A demonstração de pouco apreço pela sanidade das contas públicas levou o dólar ao hexa (R$ 6) e os juros ao hepta (IPCA+7% nos títulos de inflação, caso do 2029). A NTN-B que vence em 2035 passou de 6,90% – note que isso só aconteceu em 4,4% dos 3.676 dias em que esse título esteve em negociação, desde 2010; a última, há 9 anos, nos apocalípticos estertores do governo Dilma. 

Vamos à maior razão por trás disso. 

Tem se falado bastante da importância que instituições sólidas representam para a construção de nações prósperas – porque esse é o foco do trabalho de Daron Acemoglu, Simon Johnson e James Robinson, o trio que levou o Nobel de Economia de 2024. 

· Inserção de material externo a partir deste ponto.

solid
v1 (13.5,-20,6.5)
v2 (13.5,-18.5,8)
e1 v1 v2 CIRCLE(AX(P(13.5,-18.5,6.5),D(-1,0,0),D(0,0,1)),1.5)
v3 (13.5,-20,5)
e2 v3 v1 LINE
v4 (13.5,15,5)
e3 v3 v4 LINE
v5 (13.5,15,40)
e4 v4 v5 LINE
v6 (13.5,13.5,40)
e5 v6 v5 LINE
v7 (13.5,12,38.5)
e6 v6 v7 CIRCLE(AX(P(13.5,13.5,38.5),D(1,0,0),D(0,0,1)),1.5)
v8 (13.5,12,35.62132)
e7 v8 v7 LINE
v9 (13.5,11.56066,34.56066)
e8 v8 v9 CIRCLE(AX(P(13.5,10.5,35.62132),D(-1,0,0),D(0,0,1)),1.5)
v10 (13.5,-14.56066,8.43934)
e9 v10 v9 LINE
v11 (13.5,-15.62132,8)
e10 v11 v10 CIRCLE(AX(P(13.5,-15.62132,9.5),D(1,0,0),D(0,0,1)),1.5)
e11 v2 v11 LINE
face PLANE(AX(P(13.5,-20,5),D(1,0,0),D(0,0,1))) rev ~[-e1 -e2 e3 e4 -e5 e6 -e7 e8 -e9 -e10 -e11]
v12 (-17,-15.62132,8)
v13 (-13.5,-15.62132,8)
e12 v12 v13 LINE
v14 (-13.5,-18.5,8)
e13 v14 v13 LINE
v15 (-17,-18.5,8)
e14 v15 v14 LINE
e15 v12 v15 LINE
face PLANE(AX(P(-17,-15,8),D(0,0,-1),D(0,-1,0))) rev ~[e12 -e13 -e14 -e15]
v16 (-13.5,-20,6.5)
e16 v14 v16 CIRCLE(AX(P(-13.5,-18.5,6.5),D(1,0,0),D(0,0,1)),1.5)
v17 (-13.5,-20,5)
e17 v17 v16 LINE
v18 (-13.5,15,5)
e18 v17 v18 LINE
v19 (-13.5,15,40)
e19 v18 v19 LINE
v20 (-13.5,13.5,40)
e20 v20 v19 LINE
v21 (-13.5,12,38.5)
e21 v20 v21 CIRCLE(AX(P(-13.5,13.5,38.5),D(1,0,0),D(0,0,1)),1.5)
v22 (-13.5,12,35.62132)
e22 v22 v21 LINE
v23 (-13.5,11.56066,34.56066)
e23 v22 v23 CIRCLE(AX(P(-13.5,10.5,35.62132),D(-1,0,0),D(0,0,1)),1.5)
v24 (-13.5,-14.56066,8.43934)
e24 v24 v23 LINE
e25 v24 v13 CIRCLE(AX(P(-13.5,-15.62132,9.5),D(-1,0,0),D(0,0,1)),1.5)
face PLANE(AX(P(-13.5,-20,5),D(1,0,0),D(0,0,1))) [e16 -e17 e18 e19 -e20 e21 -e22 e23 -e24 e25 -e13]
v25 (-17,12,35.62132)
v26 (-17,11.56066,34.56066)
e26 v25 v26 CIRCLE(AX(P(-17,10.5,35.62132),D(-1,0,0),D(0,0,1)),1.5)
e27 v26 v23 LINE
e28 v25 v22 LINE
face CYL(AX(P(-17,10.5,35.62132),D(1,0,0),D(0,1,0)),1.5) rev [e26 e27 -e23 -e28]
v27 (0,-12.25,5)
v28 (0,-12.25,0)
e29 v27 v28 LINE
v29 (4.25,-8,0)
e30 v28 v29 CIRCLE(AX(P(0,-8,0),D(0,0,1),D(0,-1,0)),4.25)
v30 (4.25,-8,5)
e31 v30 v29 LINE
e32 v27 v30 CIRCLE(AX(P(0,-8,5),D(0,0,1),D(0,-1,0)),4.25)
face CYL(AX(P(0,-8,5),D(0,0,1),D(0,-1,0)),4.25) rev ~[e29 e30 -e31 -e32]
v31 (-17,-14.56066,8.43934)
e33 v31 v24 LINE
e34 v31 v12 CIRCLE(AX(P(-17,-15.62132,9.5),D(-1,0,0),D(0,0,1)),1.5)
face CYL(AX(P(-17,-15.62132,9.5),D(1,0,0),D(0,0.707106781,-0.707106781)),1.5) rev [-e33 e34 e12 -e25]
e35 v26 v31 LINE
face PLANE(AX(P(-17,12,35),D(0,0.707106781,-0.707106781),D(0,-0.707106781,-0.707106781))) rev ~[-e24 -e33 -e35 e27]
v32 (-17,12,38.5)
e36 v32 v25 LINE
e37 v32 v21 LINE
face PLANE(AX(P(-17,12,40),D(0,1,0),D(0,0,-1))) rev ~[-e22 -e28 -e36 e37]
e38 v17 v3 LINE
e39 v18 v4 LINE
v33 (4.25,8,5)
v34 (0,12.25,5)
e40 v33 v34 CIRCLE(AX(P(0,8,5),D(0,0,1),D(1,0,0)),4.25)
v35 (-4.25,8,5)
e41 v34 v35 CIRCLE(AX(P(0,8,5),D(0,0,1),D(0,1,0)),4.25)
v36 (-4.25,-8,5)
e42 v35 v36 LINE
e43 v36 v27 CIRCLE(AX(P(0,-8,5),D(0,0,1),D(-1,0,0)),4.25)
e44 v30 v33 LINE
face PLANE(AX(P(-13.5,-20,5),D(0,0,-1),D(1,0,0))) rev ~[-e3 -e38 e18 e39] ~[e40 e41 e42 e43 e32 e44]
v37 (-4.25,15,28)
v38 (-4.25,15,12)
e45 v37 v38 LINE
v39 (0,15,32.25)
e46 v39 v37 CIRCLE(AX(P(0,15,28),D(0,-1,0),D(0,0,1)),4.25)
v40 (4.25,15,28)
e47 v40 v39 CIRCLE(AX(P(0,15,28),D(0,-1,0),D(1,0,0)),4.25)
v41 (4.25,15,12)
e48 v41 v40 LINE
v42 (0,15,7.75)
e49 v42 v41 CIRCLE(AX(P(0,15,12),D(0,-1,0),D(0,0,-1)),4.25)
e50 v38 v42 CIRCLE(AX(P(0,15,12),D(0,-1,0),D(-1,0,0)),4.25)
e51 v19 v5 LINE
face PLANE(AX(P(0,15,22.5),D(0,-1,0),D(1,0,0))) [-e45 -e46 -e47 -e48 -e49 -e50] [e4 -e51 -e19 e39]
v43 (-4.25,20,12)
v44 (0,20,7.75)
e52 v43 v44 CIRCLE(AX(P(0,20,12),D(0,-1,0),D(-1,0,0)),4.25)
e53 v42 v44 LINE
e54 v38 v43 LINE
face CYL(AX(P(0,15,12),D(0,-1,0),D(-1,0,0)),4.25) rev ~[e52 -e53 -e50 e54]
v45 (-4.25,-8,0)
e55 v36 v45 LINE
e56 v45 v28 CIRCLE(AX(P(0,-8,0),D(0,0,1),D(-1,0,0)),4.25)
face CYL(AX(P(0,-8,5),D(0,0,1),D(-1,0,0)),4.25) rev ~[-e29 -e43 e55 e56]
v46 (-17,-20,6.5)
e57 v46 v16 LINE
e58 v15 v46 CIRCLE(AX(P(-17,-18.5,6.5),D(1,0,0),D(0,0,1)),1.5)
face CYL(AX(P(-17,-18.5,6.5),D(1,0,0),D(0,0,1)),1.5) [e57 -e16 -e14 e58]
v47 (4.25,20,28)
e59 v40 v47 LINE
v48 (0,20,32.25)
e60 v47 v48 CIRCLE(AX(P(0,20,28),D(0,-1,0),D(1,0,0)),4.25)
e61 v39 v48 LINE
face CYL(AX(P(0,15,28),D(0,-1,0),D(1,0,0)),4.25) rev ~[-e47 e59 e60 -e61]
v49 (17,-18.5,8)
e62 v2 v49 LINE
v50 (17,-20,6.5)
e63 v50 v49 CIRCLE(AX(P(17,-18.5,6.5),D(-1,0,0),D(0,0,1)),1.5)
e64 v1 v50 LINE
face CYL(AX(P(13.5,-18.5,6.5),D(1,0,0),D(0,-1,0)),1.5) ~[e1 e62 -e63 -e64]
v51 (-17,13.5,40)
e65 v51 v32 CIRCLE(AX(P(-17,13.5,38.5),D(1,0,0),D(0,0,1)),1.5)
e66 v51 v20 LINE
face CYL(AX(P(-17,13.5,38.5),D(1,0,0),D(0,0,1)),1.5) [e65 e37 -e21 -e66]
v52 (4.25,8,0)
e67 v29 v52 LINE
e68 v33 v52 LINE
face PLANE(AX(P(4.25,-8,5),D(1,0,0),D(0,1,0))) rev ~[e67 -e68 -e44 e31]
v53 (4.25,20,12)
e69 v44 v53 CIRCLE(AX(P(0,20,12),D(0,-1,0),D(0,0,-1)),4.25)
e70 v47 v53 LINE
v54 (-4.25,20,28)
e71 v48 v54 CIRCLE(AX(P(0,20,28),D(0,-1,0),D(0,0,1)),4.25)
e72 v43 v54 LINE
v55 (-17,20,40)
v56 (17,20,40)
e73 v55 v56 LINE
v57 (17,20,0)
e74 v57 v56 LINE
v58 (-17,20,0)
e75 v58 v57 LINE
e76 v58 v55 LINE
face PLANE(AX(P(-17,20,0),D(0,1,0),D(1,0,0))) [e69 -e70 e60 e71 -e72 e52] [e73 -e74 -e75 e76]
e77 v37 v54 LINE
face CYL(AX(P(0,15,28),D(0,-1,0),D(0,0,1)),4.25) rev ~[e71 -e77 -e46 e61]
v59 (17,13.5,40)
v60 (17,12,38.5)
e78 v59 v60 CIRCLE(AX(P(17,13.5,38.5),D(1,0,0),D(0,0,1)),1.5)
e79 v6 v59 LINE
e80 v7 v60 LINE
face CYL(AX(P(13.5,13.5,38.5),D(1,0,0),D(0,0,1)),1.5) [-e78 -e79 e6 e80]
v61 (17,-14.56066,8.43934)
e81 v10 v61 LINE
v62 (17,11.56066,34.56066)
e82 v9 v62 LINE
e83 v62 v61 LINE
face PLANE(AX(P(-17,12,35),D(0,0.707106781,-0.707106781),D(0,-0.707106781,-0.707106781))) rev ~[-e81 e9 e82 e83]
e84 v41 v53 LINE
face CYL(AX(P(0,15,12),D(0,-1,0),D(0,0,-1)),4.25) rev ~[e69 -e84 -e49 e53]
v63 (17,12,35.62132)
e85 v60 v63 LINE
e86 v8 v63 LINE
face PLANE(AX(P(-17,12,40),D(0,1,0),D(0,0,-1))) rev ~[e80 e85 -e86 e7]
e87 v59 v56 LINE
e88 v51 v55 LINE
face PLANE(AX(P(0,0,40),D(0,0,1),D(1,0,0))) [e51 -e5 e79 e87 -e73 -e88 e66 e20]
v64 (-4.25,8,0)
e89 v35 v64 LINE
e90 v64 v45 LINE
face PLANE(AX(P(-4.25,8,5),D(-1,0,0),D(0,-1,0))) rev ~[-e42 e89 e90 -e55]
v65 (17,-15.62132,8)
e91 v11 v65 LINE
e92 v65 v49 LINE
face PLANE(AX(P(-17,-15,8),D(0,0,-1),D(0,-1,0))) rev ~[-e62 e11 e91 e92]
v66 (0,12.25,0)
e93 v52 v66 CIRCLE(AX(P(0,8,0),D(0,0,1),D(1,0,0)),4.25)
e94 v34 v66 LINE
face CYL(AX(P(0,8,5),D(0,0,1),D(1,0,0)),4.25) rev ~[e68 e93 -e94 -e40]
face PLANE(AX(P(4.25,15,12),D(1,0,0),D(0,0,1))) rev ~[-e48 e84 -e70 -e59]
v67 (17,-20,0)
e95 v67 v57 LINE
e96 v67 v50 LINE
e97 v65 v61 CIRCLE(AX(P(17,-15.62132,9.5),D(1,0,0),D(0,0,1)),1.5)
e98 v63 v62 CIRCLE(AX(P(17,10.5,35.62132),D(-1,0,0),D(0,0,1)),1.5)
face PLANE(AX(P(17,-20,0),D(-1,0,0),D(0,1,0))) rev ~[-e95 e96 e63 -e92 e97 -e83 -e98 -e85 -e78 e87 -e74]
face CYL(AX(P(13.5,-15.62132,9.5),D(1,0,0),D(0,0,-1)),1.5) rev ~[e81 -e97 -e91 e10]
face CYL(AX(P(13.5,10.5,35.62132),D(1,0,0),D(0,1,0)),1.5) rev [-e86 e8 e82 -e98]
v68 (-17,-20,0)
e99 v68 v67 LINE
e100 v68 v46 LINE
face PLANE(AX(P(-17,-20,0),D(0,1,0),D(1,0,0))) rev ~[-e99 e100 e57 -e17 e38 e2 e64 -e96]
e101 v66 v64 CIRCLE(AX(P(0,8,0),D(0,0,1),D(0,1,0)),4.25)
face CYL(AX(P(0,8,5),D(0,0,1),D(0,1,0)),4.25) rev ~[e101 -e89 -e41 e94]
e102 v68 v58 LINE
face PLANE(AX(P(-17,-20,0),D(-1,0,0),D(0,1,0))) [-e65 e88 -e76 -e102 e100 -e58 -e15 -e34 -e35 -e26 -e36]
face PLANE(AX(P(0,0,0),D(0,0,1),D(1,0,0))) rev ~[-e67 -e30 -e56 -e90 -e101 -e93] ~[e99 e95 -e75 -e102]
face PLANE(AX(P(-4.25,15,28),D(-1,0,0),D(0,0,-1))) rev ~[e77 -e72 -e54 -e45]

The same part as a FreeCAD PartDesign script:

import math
import FreeCAD as App
import Part
import Sketcher

V = App.Vector
Q = App.Units.Quantity


def edges_at(feature, points):
    """Names of the edges that pass closest to the given points."""
    edges = feature.Shape.Edges
    near = lambda p: min(range(len(edges)), key=lambda i: edges[i].distToShape(Part.Vertex(*p))[0])
    return sorted({f"Edge{near(p) + 1}" for p in points})


def add_polygon(sketch, points):
    """Adds a closed chain of lines whose ends are joined by coincident constraints."""
    first, n = sketch.GeometryCount, len(points)
    for a, b in zip(points, points[1:] + points[:1]):
        sketch.addGeometry(Part.LineSegment(App.Vector(*a, 0), App.Vector(*b, 0)), False)
    for i in range(n):
        sketch.addConstraint(Sketcher.Constraint("Coincident", first + i, 2, first + (i + 1) % n, 1))

doc = App.newDocument("Part")
body = doc.addObject("PartDesign::Body", "Body")

# Sketch on XY plane
sketch1 = doc.addObject("Sketcher::SketchObject", "Sketch")
body.addObject(sketch1)
sketch1.AttachmentSupport = (doc.XY_Plane, [""])
sketch1.MapMode = "FlatFace"
add_polygon(sketch1, [(-17, 20), (-17, -20), (17, -20), (17, 20)])  # lines 0-3
sketch1.addConstraint([
    Sketcher.Constraint("Vertical", 0),
    Sketcher.Constraint("Horizontal", 1),
    Sketcher.Constraint("Vertical", 2),
    Sketcher.Constraint("Horizontal", 3),
    Sketcher.Constraint("Symmetric", 0, 2, 2, 2, -1, 1),
    Sketcher.Constraint("DistanceX", 1, 1, 1, 2, Q("34 mm")),
    Sketcher.Constraint("DistanceY", 0, 2, 0, 1, Q("40 mm")),
])
pad1 = doc.addObject("PartDesign::Pad", "Pad")
body.addObject(pad1)
pad1.Profile = sketch1
pad1.Length = 40

# Sketch on XZ plane
sketch2 = doc.addObject("Sketcher::SketchObject", "Sketch001")
body.addObject(sketch2)
sketch2.AttachmentSupport = (doc.XZ_Plane, [""])
sketch2.MapMode = "FlatFace"
sketch2.AttachmentOffset = App.Placement(V(0, 0, 20), App.Rotation())
add_polygon(sketch2, [(-13.5, 40), (-13.5, 5), (13.5, 5), (13.5, 40)])  # lines 0-3
sketch2.addConstraint([
    Sketcher.Constraint("Vertical", 0),
    Sketcher.Constraint("Horizontal", 1),
    Sketcher.Constraint("Vertical", 2),
    Sketcher.Constraint("Horizontal", 3),
    Sketcher.Constraint("DistanceX", 1, 1, 1, 2, Q("27 mm")),
    Sketcher.Constraint("DistanceY", 0, 2, 0, 1, Q("35 mm")),
    Sketcher.Constraint("DistanceY", -1, 1, 0, 2, Q("5 mm")),
    Sketcher.Constraint("DistanceX", 0, 2, -1, 1, Q("13.5 mm")),
])
pocket1 = doc.addObject("PartDesign::Pocket", "Pocket")
body.addObject(pocket1)
pocket1.Profile = sketch2
pocket1.Length = 35

# Sketch on YZ plane
sketch3 = doc.addObject("Sketcher::SketchObject", "Sketch002")
body.addObject(sketch3)
sketch3.AttachmentSupport = (doc.YZ_Plane, [""])
sketch3.MapMode = "FlatFace"
sketch3.AttachmentOffset = App.Placement(V(0, 0, -17), App.Rotation())
add_polygon(sketch3, [(-20, 40), (12, 40), (12, 35), (-15, 8), (-20, 8)])  # lines 0-4
sketch3.addConstraint([
    Sketcher.Constraint("Horizontal", 0),
    Sketcher.Constraint("Vertical", 1),
    Sketcher.Constraint("Horizontal", 3),
    Sketcher.Constraint("Vertical", 4),
    Sketcher.Constraint("Equal", 3, 1),
    Sketcher.Constraint("Equal", 0, 4),
    Sketcher.Constraint("DistanceX", 0, 1, 0, 2, Q("32 mm")),
    Sketcher.Constraint("DistanceX", 3, 2, 3, 1, Q("5 mm")),
    Sketcher.Constraint("DistanceX", -1, 1, 0, 2, Q("12 mm")),
    Sketcher.Constraint("DistanceY", -1, 1, 0, 2, Q("40 mm")),
])
pocket2 = doc.addObject("PartDesign::Pocket", "Pocket001")
body.addObject(pocket2)
pocket2.Profile = sketch3
pocket2.Type = "ThroughAll"
pocket2.Reversed = True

“Instituições sólidas” são os pilares clássicos das democracias bem sucedidas: poder judiciário independente, imprensa livre, um congresso sério… Você sabe. Mas não é “só” isso. Outra instituição civilizatória é a moeda. Países fortes têm moedas sólidas. 

Dinheiro de Banco Imobiliário

Como o Brasil sabe bem, construir uma moeda sólida é um trabalho de formiguinha. O que garante uma moeda é a confiança do público no valor dela. Quando essa confiança se dissipa, a inflação sai do controle. E o que garante tal segurança?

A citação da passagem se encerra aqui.